THE NEOCONS DON’T KNOW WHEN TO QUIT…. Their ideas discredited, and their arguments left on the trash-heap of history, neoconservatives should, ideally, enjoy some quiet time right about now. Instead, some of the movement’s leaders are getting together to form yet another organization to promote the same misguided agenda that’s already failed.
It’s called, innocuously enough, the Foreign Policy Initiative. It will spread its wings next week with a panel discussion on Afghanistan, led in part by John McCain. (President Obama is scheduled to explore his own Afghanistan policy in more detail around the same time. What a coincidence.)
Matt Duss strikes the right note in dismissing the latest neocon endeavor.

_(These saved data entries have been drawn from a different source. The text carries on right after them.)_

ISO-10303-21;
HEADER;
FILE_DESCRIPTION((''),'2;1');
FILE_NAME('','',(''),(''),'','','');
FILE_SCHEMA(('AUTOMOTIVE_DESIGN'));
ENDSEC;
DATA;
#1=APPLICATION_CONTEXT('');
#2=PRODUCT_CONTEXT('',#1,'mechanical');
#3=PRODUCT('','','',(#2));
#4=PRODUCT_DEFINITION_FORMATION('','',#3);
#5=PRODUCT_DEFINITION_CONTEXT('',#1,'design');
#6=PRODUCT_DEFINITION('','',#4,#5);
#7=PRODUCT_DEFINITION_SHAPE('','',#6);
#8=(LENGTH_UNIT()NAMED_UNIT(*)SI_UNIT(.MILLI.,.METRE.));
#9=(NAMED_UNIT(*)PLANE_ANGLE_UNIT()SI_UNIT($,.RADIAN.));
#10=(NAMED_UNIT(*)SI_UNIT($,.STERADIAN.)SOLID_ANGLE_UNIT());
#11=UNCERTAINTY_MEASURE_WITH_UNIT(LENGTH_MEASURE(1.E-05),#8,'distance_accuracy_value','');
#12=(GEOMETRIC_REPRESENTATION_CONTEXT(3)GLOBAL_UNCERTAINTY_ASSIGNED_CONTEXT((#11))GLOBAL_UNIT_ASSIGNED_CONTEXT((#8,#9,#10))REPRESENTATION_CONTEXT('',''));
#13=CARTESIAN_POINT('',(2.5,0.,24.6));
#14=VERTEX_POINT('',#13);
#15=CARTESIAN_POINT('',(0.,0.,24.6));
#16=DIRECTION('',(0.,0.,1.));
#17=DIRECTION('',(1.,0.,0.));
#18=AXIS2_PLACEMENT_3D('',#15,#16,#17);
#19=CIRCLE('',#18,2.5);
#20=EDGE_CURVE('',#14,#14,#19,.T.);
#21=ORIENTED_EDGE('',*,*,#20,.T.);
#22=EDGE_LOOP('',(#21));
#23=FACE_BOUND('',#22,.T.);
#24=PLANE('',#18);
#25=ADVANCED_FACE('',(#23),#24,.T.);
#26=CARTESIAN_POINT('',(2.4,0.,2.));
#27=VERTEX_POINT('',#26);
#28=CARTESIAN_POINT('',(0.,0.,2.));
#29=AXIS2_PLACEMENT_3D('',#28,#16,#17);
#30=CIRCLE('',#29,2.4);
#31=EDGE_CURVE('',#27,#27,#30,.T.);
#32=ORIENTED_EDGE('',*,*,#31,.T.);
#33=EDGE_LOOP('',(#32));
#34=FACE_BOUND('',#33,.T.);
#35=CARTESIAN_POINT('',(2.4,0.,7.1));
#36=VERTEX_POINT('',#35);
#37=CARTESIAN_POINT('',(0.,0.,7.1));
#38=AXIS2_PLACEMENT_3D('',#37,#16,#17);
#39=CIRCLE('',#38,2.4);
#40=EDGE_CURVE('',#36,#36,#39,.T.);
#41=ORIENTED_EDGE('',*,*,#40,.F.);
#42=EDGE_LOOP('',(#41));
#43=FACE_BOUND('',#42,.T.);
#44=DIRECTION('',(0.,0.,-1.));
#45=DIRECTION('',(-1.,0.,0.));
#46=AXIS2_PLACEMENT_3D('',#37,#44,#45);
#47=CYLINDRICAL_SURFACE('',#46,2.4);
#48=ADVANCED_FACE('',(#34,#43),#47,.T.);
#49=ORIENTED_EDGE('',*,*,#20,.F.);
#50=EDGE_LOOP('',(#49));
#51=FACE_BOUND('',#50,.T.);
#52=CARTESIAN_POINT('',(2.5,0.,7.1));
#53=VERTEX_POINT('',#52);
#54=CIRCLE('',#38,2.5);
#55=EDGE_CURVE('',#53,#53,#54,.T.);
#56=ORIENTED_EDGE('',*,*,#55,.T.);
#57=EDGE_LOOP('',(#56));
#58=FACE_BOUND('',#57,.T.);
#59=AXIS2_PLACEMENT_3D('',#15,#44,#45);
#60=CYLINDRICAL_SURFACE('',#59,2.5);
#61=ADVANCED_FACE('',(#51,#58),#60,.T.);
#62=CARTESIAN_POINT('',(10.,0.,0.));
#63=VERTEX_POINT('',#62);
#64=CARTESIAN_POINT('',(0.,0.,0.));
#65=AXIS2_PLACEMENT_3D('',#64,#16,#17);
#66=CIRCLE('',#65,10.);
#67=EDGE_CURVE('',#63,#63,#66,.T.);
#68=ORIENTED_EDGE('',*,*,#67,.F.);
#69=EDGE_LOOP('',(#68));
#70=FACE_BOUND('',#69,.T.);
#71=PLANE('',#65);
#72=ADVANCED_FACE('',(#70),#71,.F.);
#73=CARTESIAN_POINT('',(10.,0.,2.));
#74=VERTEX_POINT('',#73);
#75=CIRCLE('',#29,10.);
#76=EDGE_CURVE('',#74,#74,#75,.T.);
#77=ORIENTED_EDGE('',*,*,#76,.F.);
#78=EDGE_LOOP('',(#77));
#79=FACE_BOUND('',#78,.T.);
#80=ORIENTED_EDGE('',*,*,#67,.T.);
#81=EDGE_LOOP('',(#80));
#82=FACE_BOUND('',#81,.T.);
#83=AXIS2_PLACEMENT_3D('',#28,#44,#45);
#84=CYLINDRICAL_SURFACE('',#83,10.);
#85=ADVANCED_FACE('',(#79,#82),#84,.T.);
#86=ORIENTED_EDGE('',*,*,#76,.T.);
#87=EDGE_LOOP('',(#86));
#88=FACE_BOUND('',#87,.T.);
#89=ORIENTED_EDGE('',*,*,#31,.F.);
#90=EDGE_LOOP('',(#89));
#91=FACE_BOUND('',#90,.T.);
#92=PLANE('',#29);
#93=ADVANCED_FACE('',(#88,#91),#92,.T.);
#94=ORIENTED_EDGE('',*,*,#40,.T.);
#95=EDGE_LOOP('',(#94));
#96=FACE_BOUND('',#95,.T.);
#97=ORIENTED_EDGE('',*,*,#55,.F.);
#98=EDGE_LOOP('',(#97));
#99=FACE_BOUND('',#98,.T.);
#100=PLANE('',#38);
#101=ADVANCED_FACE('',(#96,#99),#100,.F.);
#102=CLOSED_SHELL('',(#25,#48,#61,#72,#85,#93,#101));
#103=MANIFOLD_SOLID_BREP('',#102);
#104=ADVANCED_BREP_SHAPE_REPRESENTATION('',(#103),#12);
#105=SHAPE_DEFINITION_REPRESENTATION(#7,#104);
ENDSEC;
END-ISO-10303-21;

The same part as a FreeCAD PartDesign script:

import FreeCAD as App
import Part
import Sketcher
from FreeCAD import Vector

doc = App.newDocument("Part")
body = doc.addObject("PartDesign::Body", "Body")

# Sketch on XY plane
sketch1 = body.newObject("Sketcher::SketchObject", "Sketch")
sketch1.AttachmentSupport = (doc.getObject("XY_Plane"), [""])
sketch1.MapMode = "FlatFace"
sketch1.addGeometry(Part.Circle(Vector(0, 0, 0), Vector(0, 0, 1), 10), False)
sketch1.addConstraint([
    Sketcher.Constraint("Coincident", 0, 3, -1, 1),
    Sketcher.Constraint("Diameter", 0, 20.0),
])
pad1 = body.newObject("PartDesign::Pad", "Pad")
pad1.Profile = sketch1
pad1.Length = 2

# Sketch on XY plane
sketch2 = body.newObject("Sketcher::SketchObject", "Sketch001")
sketch2.AttachmentSupport = (doc.getObject("XY_Plane"), [""])
sketch2.MapMode = "FlatFace"
sketch2.AttachmentOffset = App.Placement(Vector(0, 0, 2), App.Rotation())
sketch2.addGeometry(Part.Circle(Vector(0, 0, 0), Vector(0, 0, 1), 2.4), False)
sketch2.addConstraint([
    Sketcher.Constraint("Coincident", 0, 3, -1, 1),
    Sketcher.Constraint("Diameter", 0, 4.8),
])
pad2 = body.newObject("PartDesign::Pad", "Pad001")
pad2.Profile = sketch2
pad2.Length = 5.1

# Sketch on XY plane
sketch3 = body.newObject("Sketcher::SketchObject", "Sketch002")
sketch3.AttachmentSupport = (doc.getObject("XY_Plane"), [""])
sketch3.MapMode = "FlatFace"
sketch3.AttachmentOffset = App.Placement(Vector(0, 0, 7.1), App.Rotation())
sketch3.addGeometry(Part.Circle(Vector(0, 0, 0), Vector(0, 0, 1), 2.5), False)
sketch3.addConstraint([
    Sketcher.Constraint("Coincident", 0, 3, -1, 1),
    Sketcher.Constraint("Diameter", 0, 5.0),
])
pad3 = body.newObject("PartDesign::Pad", "Pad002")
pad3.Profile = sketch3
pad3.Length = 17.5

doc.recompute()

The Foreign Policy Initiative lists Robert Kagan, Bill Kristol, and Dan Senor on its board of directors, so no prizes for guessing what they’re about (more power, less appeasement, stronger wills.) Kagan and Kristol need no introduction, they’re the Tick and Arthur of disastrously counterproductive military adventurism. Given the staggering costs in American blood, treasure, security, and reputation incurred by their boundless enthusiasm for blowing stuff up, you might think they’d have had the decency to retreat to a Tibetan monastery by now, but sadly no. The way it works in Washington is, if you’re willing to argue for more defense spending, you’ll always find someone willing to fund your think tank. […]
On March 31, FPI holds its first public event, Afghanistan: Planning For Success, though, given the heavy representation of Iraq war advocates, I think a far better title would be Afghanistan: Dealing With The Huge Problems Created By Many Of The People On This Very Stage. The broad consensus among national security analysts and aid officials is that the diversion of troops and resources toward Iraq beginning in 2002 was one of the main reasons the Taliban and Al Qaeda were able to to re-establish themselves in the Afghanistan-Pakistan border areas, facilitating the collapse of the country back into insurgent warfare. Having failed to complete the mission in Afghanistan, Bush and the Iraq hawks handed the Obama administration a war that promises to be as difficult and costly as Iraq has been — if not more. It’s deeply absurd that some of the people most responsible for the crisis in Afghanistan would now presume to tell us how to deal with it.
At this point, I shouldn’t be surprised by the shamelessness of Kristol, Kagan, et al. But I’d hoped they’d feel a little more chastened by their failures than this.